I want to have one itereator over two ordered key-value sequences (as iterators) matching their keys against each other and yielding the equal ones. In my first attempt I got stuck after filtering both iterators and want to zip the filtered iterators. See the uncommented line (18) in the following gist or playground:
/// Takes two iterators over an ordered (key, value) sequence,
/// removing all entries which keys don't find a match in place
/// and zips the resulting filtered iterators afterwards.
///
/// Assumes the keys are in ascending order.

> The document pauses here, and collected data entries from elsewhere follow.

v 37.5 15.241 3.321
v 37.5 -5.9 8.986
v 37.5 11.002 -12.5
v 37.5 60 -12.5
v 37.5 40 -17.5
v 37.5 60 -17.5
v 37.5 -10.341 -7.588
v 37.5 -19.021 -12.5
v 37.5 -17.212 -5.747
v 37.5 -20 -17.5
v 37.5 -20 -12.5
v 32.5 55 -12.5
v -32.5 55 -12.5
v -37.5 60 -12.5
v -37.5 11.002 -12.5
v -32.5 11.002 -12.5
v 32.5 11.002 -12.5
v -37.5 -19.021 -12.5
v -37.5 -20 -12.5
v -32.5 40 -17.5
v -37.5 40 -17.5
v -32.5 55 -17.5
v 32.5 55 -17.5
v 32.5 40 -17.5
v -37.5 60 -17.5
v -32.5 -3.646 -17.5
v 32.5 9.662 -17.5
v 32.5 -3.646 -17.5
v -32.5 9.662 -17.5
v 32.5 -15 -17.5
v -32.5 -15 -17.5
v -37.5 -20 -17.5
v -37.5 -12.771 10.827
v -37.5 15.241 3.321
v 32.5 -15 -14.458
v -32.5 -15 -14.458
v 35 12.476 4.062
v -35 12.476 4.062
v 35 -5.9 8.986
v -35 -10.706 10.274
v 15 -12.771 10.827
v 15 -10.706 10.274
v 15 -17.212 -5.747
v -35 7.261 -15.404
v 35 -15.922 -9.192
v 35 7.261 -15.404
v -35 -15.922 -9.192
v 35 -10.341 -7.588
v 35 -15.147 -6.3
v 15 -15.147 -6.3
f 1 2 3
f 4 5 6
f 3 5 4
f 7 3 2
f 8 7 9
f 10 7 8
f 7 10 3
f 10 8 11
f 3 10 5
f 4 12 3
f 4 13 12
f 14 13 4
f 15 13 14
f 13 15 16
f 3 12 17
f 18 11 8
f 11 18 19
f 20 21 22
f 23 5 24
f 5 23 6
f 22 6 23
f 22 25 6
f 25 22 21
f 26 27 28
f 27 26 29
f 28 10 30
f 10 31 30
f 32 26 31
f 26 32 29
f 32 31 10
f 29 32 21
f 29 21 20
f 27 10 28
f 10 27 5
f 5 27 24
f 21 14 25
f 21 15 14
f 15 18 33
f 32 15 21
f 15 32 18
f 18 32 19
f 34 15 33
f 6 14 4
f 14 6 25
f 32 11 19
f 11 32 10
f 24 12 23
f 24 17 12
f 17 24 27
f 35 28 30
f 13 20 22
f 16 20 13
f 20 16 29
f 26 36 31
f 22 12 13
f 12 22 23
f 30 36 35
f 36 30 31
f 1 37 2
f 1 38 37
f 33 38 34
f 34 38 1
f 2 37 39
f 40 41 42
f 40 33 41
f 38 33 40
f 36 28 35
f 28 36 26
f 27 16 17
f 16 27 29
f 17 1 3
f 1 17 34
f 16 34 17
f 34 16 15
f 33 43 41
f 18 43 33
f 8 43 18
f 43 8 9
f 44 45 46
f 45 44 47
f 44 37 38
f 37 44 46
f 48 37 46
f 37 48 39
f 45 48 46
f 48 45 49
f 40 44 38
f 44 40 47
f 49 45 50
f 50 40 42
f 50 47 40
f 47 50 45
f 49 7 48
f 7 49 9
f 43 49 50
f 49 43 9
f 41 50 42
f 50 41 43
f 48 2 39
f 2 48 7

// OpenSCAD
multimeter_width = 70;
multimeter_height = 24;
holder_height = 25;
border_width = 5;
angle = 15;

platform_length = 80;
platform_offset = [0, 20, -15];


difference(){
    union(){
        difference(){
        union(){
            //holder box
            translate([0, -2, -5])
            rotate([-angle, 0, 0])
            cube([multimeter_width+border_width, multimeter_height+border_width, holder_height], center=true);

            // platform
            translate(platform_offset)
            difference(){
            cube([multimeter_width+border_width, platform_length, border_width], center=true);
            cube([multimeter_width-border_width, platform_length-2*border_width, border_width], center=true);
            }
        };
        //multimeter hole
        rotate([-angle, 0, 0])
        translate([0, -1, 0])
        cube([multimeter_width, multimeter_height, holder_height+1], center=true);
        }
    }

// this structure removes the bottommost residue from the rotation
color("red")
translate([0,0,-4*border_width])
    cube([multimeter_width+border_width, platform_length, border_width], center=true);
// this is a cutout for the connectors
color("cyan")
translate([15, -20, -5])
rotate([-angle, 0, 0])
cube([23, border_width*2, 20]);
}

pub fn filter_zip<K, V, W, A, B>(a: &mut A, b: &mut B) // -> Iterator<Item=(K,(V, W))>
where K: Ord,
A: Iterator<Item=(K, V)>,
B: Iterator<Item=(K, W)>,
{
a.filter(|&(ref key_a,_)| {
let mut is_equal = false;
b.filter(|&(ref key_b,_)| {
if key_a == key_b {
is_equal = true;
true
} else {
key_a > key_b
}
});
is_equal
})
// .zip(b)
;
}
Uncommenting that line the compiler tells me I cant move b
in the call to zip(b)
beacause its borrowed. I know this makes sense at all but does anyone have an idea how to achieve my desired implementation?
Edit: how can I activate syntaxhighliting for code examples?